YOU CAN'T HAVE ANY NOW GET BACK TO WORK!


----------



## icewolf08 (Aug 28, 2007)

It seems people have touched on the important things. You should have an accurate inventory of equipment and a hanging plot of what is in the air. You might want to include serial numbers of gear that has SNs so that you can keep track if you ever need to send it out for repair and such.

You may also want to have a groundplan of the theatre that is as accurate as possible. A circuit plot is also a useful tool to have in the bag for when you are trying to figure out how to get power to all your lights.

Then you might want a system flow diagram for you sound system, this will be helpful any time someone tries to figure out how to get sound out of the system.

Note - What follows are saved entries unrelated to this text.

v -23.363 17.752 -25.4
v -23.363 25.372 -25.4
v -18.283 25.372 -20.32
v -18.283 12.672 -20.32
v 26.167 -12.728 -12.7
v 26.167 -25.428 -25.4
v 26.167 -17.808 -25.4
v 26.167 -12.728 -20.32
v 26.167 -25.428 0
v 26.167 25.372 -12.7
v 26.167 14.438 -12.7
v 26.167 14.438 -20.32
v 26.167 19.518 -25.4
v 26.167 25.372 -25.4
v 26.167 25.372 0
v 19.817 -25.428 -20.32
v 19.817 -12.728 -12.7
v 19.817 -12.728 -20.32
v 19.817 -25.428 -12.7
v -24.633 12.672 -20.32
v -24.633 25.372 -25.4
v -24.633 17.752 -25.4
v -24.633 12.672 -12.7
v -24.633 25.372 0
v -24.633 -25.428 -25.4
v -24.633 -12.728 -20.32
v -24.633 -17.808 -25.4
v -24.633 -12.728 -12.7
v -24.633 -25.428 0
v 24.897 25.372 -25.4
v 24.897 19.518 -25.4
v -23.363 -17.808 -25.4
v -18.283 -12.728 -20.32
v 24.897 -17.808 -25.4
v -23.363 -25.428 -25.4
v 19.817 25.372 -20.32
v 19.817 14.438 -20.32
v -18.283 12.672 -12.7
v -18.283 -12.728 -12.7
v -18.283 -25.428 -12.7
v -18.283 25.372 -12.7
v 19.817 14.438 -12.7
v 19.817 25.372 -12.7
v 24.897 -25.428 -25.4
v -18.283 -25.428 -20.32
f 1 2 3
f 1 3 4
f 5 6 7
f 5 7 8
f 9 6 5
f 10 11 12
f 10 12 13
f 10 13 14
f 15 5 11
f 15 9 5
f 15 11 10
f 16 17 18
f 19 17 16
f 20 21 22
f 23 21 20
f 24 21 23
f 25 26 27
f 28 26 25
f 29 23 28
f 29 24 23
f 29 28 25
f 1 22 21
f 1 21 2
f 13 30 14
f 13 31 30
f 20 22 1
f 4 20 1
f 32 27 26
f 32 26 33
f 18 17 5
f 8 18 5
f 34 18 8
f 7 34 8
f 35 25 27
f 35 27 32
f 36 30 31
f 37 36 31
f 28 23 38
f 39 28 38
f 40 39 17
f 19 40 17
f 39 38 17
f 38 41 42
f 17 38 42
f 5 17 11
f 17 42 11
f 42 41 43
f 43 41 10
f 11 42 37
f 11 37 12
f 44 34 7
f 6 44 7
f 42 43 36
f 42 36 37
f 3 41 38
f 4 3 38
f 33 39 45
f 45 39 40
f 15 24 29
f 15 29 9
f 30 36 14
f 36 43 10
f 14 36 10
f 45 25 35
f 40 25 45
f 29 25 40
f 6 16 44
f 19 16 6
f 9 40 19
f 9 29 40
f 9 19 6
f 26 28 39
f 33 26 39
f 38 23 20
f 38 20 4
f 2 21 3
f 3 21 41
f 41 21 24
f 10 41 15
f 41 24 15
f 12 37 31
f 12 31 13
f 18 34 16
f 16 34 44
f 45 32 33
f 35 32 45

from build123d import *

# Parameters (mm, degrees)
F0_W     = 50.8
F0_H     = 50.8
F1_DEPTH = 12.7
F2_W     = 6.35
F2_H     = 12.7
F2_H_2   = 10.934927
F3_DEPTH = 12.7
F4_SIZE  = 5.08


with BuildPart() as f1:
    # F0 (on Top) → F1 (new body)
    with BuildSketch(Plane.XY):
        with Locations((0.767379, -0.027555)):
            Rectangle(F0_W, F0_H)
    extrude(amount=-F1_DEPTH)

    # F2 (on face) → F3 (join)
    with BuildSketch(Plane(origin=(0, 0, -12.7), x_dir=(1, 0, 0), z_dir=(0, 0, -1))):
        with Locations((-21.457621, 19.077555)):
            Rectangle(F2_W, F2_H)
        with Locations((22.992379, 19.077555)):
            Rectangle(F2_W, F2_H)
        with Locations((-21.457621, -19.022445)):
            Rectangle(F2_W, F2_H)
        with Locations((22.992379, -19.904981)):
            Rectangle(F2_W, F2_H_2)
    extrude(amount=F3_DEPTH)

    # F4
    f4_edges = [f1.edges().sort_by_distance(p)[0] for p in [
        (-21.457621, -12.727555, -25.4),
        (-18.282621, -19.077555, -25.4),
        (19.817379, -19.077555, -25.4),
        (22.992379, -12.727555, -25.4),
        (-18.282621, 19.022445, -25.4),
        (-21.457621, 12.672445, -25.4),
        (22.992379, 14.437518, -25.4),
        (19.817379, 19.904981, -25.4),
    ]]
    chamfer(f4_edges, length=F4_SIZE)


solid = f1.part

Make sure you have copies of the manuals for your gear. Weather you have them in print or in digital form may not matter, but they are useful when you run across that one thing that you always forget how to do, or never had to do before.

Those are the big ones that I can think of.


Oh, and Charc: just to annoy you more, when I was in high school I got paid something like 20hrs/week for working stage crew in my junior and senior years.


----------



## Charc (Aug 28, 2007)

icewolf08 said:


> Oh, and Charc: just to annoy you more, when I was in high school I got paid something like 20hrs/week for working stage crew in my junior and senior years.



I work multiple assemblies every week including setup for special guests/needs, every show, lectures, special events on campus, concerts, freshman/midlde/lower shows, things that have an audience, as well as maintenance and upkeep in and around the facilities... I've worked 35+ hours of tech in a week, on top of 30 hours of school (I didn't do homework though...), I'm student TD, and have yet to start my Junior year... what do I have to show for it?.... slipping grades... hehe. 
(Oh, and it's a private school, so I PAY to do all this...)
</***** 'n moan>


----------



## gafftaper (Aug 28, 2007)

I got paid when I was in High School for any outside rentals that used the space... $7 an hour in 1988 dollars. 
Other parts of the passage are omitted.